** Stored data follows **
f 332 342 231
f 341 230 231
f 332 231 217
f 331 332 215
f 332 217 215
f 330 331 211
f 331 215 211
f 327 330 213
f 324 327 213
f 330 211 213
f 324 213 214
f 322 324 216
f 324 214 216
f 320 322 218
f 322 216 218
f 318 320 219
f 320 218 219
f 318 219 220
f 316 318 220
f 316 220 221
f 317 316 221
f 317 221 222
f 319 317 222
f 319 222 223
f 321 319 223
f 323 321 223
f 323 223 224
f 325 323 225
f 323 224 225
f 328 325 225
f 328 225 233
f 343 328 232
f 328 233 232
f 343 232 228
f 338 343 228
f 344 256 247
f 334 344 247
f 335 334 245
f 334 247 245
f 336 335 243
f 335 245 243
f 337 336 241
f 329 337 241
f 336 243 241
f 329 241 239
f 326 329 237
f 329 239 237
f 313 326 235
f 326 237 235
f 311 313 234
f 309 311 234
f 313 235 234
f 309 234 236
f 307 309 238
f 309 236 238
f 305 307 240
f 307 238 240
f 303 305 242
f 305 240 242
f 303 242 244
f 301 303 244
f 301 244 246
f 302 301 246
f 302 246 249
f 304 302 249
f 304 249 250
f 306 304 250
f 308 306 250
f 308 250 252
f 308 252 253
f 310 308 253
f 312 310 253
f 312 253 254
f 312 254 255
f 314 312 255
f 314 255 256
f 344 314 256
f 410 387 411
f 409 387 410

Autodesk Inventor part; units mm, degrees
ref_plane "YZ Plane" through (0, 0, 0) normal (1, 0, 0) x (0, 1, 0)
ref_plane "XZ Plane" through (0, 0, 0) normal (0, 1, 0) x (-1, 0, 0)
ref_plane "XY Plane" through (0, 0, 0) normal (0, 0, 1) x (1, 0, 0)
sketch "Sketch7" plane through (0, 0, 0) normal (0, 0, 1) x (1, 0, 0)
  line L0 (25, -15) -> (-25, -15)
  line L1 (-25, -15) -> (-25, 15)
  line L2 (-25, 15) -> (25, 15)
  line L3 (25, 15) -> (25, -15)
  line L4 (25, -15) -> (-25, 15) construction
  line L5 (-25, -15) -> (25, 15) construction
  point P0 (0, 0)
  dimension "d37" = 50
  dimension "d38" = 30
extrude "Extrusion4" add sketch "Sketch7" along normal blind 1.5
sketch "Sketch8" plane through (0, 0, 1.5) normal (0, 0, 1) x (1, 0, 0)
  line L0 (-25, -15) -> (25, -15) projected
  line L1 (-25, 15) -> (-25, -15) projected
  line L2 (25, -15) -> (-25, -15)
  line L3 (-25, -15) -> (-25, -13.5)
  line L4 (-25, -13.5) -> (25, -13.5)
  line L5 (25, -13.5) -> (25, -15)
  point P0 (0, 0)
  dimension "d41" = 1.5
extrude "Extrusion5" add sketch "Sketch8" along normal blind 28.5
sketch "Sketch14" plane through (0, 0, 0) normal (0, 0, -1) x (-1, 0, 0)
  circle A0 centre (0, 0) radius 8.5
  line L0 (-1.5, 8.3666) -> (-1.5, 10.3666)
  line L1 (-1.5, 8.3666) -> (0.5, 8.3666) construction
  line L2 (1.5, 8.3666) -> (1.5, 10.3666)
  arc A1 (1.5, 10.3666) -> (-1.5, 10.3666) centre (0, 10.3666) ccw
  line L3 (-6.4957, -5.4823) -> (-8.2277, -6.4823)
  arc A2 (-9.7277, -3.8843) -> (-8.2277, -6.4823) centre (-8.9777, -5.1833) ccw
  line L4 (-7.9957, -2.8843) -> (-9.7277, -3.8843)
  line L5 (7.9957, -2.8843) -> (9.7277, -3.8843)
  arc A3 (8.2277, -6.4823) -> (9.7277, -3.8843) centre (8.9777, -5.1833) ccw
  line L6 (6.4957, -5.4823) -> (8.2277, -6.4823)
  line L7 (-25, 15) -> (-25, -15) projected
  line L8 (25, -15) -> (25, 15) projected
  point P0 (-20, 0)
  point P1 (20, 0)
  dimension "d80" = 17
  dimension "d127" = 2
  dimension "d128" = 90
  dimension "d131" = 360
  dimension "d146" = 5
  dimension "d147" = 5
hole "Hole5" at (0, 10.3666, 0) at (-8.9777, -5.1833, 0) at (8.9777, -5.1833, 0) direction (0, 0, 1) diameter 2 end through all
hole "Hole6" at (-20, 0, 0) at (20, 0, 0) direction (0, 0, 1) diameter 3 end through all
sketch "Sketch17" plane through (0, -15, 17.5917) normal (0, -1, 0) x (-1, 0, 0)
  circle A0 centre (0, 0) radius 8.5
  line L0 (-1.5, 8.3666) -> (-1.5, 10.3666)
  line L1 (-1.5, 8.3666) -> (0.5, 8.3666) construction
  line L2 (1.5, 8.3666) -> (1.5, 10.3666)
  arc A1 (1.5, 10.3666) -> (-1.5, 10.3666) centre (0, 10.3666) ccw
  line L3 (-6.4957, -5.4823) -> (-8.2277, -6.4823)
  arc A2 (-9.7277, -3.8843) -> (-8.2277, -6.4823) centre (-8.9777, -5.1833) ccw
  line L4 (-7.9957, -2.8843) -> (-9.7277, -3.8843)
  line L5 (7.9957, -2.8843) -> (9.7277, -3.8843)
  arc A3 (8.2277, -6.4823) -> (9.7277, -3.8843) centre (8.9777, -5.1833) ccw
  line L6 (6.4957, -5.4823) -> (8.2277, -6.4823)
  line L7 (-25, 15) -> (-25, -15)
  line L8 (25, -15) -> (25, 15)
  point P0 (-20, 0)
** End of Stored data **
*Work instructions*: State how many lines of the records above contain the word "hole", giving only that number.

*Response for this exercise*: 2